WHAT IS REQUIRED: Below are entries. Copy exactly the lines running from the line that holds "e51 v42 v13 LINE" to the line that holds "e65 v50 v4 LINE", with both ends included.

[[ RECORDS PROVIDED, beginning ]]

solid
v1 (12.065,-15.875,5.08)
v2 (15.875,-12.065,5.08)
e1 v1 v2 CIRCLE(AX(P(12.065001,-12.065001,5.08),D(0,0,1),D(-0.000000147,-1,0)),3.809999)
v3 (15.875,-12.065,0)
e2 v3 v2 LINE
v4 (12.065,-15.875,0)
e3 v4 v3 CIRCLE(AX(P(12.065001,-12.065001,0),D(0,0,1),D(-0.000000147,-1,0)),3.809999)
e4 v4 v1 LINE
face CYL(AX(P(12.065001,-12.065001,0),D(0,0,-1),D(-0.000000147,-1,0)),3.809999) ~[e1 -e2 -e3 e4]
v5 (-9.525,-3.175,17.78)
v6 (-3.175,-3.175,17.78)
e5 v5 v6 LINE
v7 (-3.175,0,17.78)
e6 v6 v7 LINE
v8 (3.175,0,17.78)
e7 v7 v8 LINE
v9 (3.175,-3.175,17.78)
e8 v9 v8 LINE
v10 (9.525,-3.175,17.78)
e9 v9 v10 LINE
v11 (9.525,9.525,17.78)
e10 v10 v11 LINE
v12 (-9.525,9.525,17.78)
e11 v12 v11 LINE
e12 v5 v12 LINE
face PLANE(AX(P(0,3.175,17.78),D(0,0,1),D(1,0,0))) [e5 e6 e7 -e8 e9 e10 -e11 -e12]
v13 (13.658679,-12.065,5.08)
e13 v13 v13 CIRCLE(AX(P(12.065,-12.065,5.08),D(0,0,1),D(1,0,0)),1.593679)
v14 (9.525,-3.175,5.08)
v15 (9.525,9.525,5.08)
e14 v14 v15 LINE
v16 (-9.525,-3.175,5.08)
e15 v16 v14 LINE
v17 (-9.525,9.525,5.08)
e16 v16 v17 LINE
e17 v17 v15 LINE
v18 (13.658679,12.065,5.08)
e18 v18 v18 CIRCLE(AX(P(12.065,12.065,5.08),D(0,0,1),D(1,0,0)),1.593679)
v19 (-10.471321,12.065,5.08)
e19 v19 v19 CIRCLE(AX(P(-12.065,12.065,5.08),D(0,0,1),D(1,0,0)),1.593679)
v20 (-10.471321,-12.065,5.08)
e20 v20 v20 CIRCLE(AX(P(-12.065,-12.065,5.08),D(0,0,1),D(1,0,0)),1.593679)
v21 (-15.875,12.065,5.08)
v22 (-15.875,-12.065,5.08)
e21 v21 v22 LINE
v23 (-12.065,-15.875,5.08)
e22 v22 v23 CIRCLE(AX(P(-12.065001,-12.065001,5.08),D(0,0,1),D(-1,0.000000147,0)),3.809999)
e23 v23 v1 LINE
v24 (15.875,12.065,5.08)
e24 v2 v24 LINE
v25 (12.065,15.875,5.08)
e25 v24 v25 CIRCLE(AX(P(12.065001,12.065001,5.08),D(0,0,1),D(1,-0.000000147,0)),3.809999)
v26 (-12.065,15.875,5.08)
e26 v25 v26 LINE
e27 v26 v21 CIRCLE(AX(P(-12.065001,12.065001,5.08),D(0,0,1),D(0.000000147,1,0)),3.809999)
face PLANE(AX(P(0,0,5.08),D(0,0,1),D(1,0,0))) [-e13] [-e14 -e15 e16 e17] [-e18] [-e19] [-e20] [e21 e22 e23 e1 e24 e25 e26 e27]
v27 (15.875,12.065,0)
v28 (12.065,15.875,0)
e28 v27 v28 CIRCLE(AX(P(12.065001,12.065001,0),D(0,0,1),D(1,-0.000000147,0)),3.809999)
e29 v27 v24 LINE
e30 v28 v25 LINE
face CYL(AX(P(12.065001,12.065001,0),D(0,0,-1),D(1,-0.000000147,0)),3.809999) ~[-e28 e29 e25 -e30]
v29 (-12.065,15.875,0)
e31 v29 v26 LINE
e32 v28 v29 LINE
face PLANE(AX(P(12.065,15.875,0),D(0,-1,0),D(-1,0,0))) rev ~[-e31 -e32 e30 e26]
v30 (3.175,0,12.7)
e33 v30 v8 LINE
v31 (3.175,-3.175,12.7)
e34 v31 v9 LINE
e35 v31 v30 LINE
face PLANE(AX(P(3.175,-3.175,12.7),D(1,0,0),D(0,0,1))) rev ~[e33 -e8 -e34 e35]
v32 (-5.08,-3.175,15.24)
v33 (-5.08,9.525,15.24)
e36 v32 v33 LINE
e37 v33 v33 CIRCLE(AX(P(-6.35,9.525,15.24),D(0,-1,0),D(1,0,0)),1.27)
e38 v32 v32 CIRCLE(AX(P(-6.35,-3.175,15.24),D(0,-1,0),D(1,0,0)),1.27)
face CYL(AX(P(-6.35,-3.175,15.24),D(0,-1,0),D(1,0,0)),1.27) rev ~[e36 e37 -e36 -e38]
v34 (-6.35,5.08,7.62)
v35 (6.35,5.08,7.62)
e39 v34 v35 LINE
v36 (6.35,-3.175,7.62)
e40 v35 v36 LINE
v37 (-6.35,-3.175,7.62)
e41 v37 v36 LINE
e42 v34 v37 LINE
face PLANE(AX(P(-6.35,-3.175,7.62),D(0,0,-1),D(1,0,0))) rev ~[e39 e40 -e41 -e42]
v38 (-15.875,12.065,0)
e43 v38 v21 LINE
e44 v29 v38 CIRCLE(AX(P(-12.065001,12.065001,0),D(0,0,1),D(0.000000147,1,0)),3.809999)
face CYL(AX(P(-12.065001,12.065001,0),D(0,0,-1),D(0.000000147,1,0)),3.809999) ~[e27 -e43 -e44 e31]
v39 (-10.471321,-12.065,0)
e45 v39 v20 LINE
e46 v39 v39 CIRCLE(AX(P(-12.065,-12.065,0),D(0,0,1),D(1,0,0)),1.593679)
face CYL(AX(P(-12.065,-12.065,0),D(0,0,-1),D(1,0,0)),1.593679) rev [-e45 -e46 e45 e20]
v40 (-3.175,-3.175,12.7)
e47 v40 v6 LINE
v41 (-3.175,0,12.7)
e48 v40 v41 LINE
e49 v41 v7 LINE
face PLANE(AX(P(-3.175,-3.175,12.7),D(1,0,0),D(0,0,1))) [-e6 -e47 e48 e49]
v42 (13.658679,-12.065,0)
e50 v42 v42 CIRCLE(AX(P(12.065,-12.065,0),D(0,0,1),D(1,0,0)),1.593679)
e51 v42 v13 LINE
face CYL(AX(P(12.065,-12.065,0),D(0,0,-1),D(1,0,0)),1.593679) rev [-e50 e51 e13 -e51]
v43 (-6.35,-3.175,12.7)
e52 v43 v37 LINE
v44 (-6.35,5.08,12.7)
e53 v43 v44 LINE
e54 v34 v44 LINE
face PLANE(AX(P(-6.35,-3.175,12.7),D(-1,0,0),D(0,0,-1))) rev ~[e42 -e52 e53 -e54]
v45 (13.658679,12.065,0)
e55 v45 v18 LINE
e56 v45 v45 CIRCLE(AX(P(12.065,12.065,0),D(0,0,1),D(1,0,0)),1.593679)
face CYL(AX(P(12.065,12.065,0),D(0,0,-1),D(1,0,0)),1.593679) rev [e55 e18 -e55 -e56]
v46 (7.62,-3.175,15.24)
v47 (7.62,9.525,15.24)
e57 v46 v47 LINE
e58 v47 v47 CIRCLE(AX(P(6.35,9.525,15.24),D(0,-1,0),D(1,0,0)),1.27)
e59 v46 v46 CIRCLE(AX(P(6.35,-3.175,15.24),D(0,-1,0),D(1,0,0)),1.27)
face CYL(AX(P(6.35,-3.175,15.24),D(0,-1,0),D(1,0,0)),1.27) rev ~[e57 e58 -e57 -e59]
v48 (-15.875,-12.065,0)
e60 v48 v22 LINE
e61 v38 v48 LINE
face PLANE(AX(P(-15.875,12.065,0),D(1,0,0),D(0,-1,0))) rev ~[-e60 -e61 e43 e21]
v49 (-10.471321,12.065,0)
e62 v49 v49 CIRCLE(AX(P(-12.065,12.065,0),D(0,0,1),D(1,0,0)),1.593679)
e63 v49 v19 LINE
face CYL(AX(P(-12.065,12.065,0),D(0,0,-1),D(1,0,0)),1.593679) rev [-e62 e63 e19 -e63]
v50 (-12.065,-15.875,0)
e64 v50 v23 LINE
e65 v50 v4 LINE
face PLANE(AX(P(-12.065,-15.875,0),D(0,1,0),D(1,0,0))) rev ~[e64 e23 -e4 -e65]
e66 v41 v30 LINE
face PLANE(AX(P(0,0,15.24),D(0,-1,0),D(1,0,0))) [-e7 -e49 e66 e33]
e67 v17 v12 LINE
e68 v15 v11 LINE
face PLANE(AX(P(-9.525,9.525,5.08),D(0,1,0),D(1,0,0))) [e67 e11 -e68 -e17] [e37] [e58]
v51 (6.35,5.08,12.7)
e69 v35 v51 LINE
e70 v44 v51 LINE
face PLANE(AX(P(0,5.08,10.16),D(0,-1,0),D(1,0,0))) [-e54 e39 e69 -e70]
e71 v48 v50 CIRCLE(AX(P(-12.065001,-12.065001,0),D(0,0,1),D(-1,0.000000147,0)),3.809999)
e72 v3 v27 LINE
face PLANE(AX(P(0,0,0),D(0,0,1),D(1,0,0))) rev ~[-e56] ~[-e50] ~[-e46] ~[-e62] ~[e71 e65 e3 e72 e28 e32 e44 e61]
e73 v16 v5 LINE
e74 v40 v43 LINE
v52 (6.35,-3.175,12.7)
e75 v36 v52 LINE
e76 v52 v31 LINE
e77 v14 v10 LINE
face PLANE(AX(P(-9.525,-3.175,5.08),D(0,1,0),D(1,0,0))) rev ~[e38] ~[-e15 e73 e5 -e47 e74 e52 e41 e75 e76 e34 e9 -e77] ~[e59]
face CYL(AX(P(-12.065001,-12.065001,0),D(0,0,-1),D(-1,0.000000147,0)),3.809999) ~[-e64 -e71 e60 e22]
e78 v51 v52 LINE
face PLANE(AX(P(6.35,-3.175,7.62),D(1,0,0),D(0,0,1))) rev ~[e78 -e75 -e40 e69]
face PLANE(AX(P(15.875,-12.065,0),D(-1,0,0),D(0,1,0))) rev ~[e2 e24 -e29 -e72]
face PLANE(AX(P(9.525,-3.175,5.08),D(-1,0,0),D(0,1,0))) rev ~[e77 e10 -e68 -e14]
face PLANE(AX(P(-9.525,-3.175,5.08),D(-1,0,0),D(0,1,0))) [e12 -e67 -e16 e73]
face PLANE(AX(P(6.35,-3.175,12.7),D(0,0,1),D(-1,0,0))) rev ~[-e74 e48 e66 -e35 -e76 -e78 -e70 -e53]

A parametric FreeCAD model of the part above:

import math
import FreeCAD as App
import Part
import Sketcher

V = App.Vector
Q = App.Units.Quantity


def add_polygon(sketch, points):
    """Adds a closed chain of lines whose ends are joined by coincident constraints."""
    first, n = sketch.GeometryCount, len(points)
    for a, b in zip(points, points[1:] + points[:1]):
        sketch.addGeometry(Part.LineSegment(App.Vector(*a, 0), App.Vector(*b, 0)), False)
    for i in range(n):
        sketch.addConstraint(Sketcher.Constraint("Coincident", first + i, 2, first + (i + 1) % n, 1))

doc = App.newDocument("Part")
body = doc.addObject("PartDesign::Body", "Body")

# Sketch on XY plane
sketch1 = body.newObject("Sketcher::SketchObject", "Sketch")
sketch1.AttachmentSupport = (doc.getObject("XY_Plane"), [""])
sketch1.MapMode = "FlatFace"
sketch1.addGeometry([
    Part.ArcOfCircle(Part.Circle(V(12.065001, 12.065001, 0), V(0, 0, 1), 3.809999), math.radians(-0.000008), math.radians(90.000008)),  # 0
    Part.LineSegment(V(12.065, 15.875, 0), V(-12.065, 15.875, 0)),  # 1
    Part.ArcOfCircle(Part.Circle(V(-12.065001, 12.065001, 0), V(0, 0, 1), 3.809999), math.radians(89.999992), math.radians(180.000008)),  # 2
    Part.LineSegment(V(-15.875, 12.065, 0), V(-15.875, -12.065, 0)),  # 3
    Part.ArcOfCircle(Part.Circle(V(-12.065001, -12.065001, 0), V(0, 0, 1), 3.809999), math.radians(179.999992), math.radians(270.000008)),  # 4
    Part.LineSegment(V(-12.065, -15.875, 0), V(12.065, -15.875, 0)),  # 5
    Part.ArcOfCircle(Part.Circle(V(12.065001, -12.065001, 0), V(0, 0, 1), 3.809999), math.radians(-90.000008), math.radians(0.000008)),  # 6
    Part.LineSegment(V(15.875, -12.065, 0), V(15.875, 12.065, 0)),  # 7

[[ RECORDS PROVIDED, end ]]

RESPONSE TO THE TASK:
e51 v42 v13 LINE
face CYL(AX(P(12.065,-12.065,0),D(0,0,-1),D(1,0,0)),1.593679) rev [-e50 e51 e13 -e51]
v43 (-6.35,-3.175,12.7)
e52 v43 v37 LINE
v44 (-6.35,5.08,12.7)
e53 v43 v44 LINE
e54 v34 v44 LINE
face PLANE(AX(P(-6.35,-3.175,12.7),D(-1,0,0),D(0,0,-1))) rev ~[e42 -e52 e53 -e54]
v45 (13.658679,12.065,0)
e55 v45 v18 LINE
e56 v45 v45 CIRCLE(AX(P(12.065,12.065,0),D(0,0,1),D(1,0,0)),1.593679)
face CYL(AX(P(12.065,12.065,0),D(0,0,-1),D(1,0,0)),1.593679) rev [e55 e18 -e55 -e56]
v46 (7.62,-3.175,15.24)
v47 (7.62,9.525,15.24)
e57 v46 v47 LINE
e58 v47 v47 CIRCLE(AX(P(6.35,9.525,15.24),D(0,-1,0),D(1,0,0)),1.27)
e59 v46 v46 CIRCLE(AX(P(6.35,-3.175,15.24),D(0,-1,0),D(1,0,0)),1.27)
face CYL(AX(P(6.35,-3.175,15.24),D(0,-1,0),D(1,0,0)),1.27) rev ~[e57 e58 -e57 -e59]
v48 (-15.875,-12.065,0)
e60 v48 v22 LINE
e61 v38 v48 LINE
face PLANE(AX(P(-15.875,12.065,0),D(1,0,0),D(0,-1,0))) rev ~[-e60 -e61 e43 e21]
v49 (-10.471321,12.065,0)
e62 v49 v49 CIRCLE(AX(P(-12.065,12.065,0),D(0,0,1),D(1,0,0)),1.593679)
e63 v49 v19 LINE
face CYL(AX(P(-12.065,12.065,0),D(0,0,-1),D(1,0,0)),1.593679) rev [-e62 e63 e19 -e63]
v50 (-12.065,-15.875,0)
e64 v50 v23 LINE
e65 v50 v4 LINE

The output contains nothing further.